Before examining the sort of argument which process philosophers are wont to present in favor of their position, it behooves us to define our terms. What precisely is meant by “efficacious prayer” and by God’s “unchangeable providence”?
To begin, prayer is commonly called efficacious (or effective) when, in response to a petition made in prayer, God brings about some effect in the created order which in some way answers the prayer. For example, if a man prays that his mother be healed of cancer and, in response to his prayer, God actually heals the man’s mother of cancer, then the man’s prayer would be said to be efficacious. That prayer can be efficacious is clearly attested both in Scripture and in official Church documents.2
Now, Catholic doctrine also unwaveringly affirms the fact that God’s providence is absolutely unchangeable in every way.3 St. Thomas Aquinas provides us with a clear picture of what is meant when we speak of God’s “providence.” He says, "Since God is the Cause of things through His intellect [together with His will], and since it must be that the exemplar of every one of His effects pre-exists in Him, it is necessary that the exemplar of the order of things to their end pre-exist in the divine mind. This exemplar of things ordered to their end is, properly speaking, providence."4 St. Thomas additionally makes the point that everything, insofar as it is, is immediately subject to God’s providence.5 This, of course, includes all free human acts performed by human beings. Also, since God’s providence is one with the divine essence, which is absolutely unchangeable in every respect, it follows that God’s providence must itself be unchangeable in every respect.

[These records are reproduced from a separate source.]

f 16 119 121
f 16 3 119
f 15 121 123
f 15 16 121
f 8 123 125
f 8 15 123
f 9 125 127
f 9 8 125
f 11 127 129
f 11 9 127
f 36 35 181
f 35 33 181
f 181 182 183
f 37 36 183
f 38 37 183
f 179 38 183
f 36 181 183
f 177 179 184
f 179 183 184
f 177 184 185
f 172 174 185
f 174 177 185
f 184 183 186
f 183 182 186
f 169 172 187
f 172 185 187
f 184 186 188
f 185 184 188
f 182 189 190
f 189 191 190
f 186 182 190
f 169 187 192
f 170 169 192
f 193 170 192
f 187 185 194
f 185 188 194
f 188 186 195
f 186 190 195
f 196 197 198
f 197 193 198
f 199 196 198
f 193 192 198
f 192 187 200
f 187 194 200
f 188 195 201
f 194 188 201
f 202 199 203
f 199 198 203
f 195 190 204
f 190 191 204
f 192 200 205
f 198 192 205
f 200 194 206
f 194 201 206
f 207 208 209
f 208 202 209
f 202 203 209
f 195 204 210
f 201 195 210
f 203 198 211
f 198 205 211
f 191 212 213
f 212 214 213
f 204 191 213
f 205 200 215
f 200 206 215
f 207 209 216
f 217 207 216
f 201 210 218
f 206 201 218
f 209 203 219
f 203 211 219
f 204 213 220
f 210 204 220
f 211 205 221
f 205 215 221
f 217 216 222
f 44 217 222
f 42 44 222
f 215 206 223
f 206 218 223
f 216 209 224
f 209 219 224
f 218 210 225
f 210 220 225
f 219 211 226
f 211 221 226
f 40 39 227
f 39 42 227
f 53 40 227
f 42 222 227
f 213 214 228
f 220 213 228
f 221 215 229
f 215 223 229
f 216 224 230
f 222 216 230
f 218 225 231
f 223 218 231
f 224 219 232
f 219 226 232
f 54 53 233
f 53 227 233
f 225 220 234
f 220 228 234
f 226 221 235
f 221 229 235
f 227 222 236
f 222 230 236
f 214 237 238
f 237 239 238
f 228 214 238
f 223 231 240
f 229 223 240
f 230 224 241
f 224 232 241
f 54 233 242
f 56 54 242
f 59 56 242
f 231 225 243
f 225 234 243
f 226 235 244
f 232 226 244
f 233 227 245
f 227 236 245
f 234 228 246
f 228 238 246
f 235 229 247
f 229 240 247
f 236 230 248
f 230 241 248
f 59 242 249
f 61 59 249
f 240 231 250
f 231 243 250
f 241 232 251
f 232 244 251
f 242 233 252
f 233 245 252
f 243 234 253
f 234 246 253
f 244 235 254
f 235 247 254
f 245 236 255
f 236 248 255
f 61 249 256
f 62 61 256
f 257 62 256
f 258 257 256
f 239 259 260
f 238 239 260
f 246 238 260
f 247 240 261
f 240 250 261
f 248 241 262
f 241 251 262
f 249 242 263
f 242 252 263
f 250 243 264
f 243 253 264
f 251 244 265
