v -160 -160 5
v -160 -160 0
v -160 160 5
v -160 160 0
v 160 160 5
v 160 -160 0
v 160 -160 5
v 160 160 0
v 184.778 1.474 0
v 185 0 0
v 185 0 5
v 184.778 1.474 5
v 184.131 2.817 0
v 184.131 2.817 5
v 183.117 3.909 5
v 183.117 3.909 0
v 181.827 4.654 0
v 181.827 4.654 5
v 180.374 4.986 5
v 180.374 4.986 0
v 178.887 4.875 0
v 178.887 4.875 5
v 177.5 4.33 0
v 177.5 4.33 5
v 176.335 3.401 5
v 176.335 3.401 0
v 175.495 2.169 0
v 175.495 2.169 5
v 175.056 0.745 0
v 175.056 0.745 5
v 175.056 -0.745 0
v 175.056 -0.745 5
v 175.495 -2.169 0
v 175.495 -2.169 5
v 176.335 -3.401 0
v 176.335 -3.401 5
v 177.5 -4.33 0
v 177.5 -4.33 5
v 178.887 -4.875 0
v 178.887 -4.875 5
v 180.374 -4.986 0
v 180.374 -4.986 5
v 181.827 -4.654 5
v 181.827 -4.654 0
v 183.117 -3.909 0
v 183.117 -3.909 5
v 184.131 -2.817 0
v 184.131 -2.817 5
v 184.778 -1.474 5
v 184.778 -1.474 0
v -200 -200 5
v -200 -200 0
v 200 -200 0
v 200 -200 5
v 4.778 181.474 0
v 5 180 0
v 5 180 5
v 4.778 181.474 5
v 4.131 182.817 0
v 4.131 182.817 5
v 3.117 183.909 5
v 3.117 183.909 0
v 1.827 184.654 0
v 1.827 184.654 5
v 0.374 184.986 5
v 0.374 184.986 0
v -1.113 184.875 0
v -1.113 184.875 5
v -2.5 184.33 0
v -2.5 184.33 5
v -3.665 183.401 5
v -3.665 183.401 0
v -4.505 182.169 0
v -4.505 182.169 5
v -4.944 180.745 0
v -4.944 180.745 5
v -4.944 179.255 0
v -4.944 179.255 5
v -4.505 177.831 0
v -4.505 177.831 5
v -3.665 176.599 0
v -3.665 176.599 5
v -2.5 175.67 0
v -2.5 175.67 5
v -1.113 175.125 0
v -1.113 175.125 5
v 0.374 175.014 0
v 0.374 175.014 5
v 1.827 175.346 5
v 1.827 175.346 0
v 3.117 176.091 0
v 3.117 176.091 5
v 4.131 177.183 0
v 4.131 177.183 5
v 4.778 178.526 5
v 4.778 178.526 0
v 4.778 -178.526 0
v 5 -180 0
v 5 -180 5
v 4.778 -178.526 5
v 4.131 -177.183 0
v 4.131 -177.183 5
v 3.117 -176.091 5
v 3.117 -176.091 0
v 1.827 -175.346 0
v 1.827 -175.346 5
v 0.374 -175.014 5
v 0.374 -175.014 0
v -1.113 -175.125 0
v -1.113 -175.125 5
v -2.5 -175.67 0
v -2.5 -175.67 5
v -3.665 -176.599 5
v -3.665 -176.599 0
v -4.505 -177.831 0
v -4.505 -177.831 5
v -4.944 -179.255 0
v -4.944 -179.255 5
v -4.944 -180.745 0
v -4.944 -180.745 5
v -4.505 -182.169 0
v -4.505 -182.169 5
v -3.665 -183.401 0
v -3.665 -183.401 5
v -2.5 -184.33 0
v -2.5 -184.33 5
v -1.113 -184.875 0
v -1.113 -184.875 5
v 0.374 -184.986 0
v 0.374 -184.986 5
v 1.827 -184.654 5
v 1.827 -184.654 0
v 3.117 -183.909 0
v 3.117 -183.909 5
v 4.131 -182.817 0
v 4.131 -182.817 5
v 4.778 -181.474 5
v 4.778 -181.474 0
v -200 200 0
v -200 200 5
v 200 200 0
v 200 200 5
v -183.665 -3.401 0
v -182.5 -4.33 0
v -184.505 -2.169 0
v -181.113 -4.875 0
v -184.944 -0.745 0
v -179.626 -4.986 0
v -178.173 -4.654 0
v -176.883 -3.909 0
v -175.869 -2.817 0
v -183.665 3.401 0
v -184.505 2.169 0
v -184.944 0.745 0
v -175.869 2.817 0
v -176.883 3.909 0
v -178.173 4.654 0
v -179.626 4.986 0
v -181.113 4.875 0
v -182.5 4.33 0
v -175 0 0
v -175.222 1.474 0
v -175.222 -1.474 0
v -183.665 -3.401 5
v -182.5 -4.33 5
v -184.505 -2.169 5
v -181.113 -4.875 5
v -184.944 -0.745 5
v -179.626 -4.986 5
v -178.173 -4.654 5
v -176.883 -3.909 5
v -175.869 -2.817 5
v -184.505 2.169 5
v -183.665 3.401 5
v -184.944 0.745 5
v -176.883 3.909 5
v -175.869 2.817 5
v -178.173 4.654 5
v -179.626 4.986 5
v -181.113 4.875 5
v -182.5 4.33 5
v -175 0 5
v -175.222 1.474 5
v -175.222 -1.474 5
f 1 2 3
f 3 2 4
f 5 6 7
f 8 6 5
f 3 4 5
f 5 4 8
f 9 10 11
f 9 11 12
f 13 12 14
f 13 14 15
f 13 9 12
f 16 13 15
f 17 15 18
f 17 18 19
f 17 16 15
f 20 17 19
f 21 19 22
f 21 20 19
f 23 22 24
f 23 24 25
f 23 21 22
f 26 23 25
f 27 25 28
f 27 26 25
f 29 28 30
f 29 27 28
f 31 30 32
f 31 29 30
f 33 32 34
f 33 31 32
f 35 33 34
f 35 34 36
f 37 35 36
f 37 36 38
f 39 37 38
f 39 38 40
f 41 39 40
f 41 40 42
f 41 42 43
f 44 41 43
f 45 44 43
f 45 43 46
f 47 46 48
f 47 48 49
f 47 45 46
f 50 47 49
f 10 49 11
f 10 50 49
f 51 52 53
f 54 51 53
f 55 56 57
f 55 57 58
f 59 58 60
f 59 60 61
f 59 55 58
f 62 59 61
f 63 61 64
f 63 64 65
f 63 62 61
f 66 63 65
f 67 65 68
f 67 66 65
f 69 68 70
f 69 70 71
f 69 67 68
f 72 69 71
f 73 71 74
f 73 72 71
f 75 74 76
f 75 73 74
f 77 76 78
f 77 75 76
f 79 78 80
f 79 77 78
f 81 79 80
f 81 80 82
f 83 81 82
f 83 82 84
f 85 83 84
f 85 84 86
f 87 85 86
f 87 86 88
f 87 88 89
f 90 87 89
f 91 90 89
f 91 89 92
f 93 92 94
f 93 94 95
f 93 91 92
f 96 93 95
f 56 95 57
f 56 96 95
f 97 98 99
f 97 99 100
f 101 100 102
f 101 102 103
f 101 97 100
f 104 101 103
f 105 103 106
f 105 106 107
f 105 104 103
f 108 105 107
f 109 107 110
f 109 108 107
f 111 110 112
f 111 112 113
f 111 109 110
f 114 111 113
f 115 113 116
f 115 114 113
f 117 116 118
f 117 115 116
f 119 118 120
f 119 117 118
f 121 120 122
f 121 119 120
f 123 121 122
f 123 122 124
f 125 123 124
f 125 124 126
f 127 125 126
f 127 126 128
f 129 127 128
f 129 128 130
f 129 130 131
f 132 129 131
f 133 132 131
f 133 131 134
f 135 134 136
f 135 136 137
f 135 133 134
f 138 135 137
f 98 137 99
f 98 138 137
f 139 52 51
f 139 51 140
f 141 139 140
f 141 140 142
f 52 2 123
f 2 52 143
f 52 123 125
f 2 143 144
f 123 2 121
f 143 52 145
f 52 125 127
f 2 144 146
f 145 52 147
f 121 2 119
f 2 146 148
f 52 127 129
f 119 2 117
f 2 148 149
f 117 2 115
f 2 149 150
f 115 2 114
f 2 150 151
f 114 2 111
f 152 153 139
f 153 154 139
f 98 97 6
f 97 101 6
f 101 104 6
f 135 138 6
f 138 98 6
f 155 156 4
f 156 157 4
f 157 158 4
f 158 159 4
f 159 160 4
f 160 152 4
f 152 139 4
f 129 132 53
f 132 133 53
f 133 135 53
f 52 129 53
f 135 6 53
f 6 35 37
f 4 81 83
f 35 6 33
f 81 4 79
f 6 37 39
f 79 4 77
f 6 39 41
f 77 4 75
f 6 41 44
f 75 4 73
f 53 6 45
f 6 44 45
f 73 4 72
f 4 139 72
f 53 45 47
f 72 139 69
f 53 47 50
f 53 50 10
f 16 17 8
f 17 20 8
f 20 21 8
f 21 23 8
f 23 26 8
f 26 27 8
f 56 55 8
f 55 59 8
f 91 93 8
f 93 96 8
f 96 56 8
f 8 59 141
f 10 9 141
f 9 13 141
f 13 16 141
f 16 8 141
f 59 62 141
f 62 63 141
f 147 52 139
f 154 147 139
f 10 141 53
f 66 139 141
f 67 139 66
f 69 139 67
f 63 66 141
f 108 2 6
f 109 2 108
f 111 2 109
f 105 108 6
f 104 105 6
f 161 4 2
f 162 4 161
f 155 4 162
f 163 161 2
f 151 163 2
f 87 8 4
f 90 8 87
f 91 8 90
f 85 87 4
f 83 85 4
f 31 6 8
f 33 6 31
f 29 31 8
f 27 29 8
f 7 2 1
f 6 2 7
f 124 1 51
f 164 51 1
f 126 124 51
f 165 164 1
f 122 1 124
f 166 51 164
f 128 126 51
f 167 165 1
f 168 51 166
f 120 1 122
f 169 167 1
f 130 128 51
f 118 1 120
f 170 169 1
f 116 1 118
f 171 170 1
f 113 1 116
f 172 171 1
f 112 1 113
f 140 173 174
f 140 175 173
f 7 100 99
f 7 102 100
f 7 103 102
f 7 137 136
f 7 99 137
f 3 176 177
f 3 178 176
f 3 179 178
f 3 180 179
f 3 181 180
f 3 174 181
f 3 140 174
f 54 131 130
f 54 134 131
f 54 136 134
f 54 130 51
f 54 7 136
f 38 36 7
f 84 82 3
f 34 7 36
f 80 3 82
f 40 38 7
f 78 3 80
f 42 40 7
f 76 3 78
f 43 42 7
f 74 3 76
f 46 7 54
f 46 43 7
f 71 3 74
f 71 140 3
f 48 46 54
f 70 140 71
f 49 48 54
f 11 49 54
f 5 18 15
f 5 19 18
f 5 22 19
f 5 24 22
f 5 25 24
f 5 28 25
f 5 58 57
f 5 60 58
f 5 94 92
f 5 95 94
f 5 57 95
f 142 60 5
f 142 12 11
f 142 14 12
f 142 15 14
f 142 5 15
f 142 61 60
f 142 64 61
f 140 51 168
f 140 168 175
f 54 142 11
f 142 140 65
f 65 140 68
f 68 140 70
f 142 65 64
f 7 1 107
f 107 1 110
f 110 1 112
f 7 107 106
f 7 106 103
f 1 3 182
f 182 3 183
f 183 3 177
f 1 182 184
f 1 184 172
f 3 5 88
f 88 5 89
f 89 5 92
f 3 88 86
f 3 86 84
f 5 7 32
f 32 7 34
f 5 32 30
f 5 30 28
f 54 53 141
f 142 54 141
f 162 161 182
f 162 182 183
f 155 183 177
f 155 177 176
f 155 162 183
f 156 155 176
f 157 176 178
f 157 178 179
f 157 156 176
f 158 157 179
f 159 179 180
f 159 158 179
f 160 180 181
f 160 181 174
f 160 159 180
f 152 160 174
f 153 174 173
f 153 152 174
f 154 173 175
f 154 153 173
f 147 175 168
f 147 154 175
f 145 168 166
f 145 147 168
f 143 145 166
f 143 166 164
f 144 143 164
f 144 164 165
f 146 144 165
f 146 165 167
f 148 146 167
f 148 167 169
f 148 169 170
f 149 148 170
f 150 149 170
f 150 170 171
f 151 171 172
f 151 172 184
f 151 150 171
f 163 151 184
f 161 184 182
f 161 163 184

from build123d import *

# Parameters (mm, degrees)
F0_W     = 400
F0_H     = 400
F0_R     = 5
F0_W_2   = 320
F0_H_2   = 320
F1_DEPTH = 5


with BuildPart() as f1:
    # F0 (on Top) → F1 (new body)
    with BuildSketch(Plane.XY):
        Rectangle(F0_W, F0_H)
        with Locations((0, -180)):
            Circle(F0_R, mode=Mode.SUBTRACT)
        with Locations((-180, 0)):
            Circle(F0_R, mode=Mode.SUBTRACT)
        Rectangle(F0_W_2, F0_H_2, mode=Mode.SUBTRACT)
        with Locations((180, 0)):
            Circle(F0_R, mode=Mode.SUBTRACT)
        with Locations((0, 180)):
            Circle(F0_R, mode=Mode.SUBTRACT)
    extrude(amount=F1_DEPTH)


solid = f1.part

From these notions of efficacious prayer and God’s unchangeable providence, then, process philosophers like Hartshorne and Ford formulate their argument against Catholic doctrine. They say that if prayer is efficacious, then it must be the case that our prayers really matter to God. God must really “listen” to our prayers in a genuine sense. If we are to affirm the efficacy of prayer, as in the case of the man whose mother had cancer, then it must be that the man’s prayer in a true sense helped to bring about the divinely caused effect of his mother’s recovery. If this man had not prayed, then presumably his mother would not have been healed, [/LEFT]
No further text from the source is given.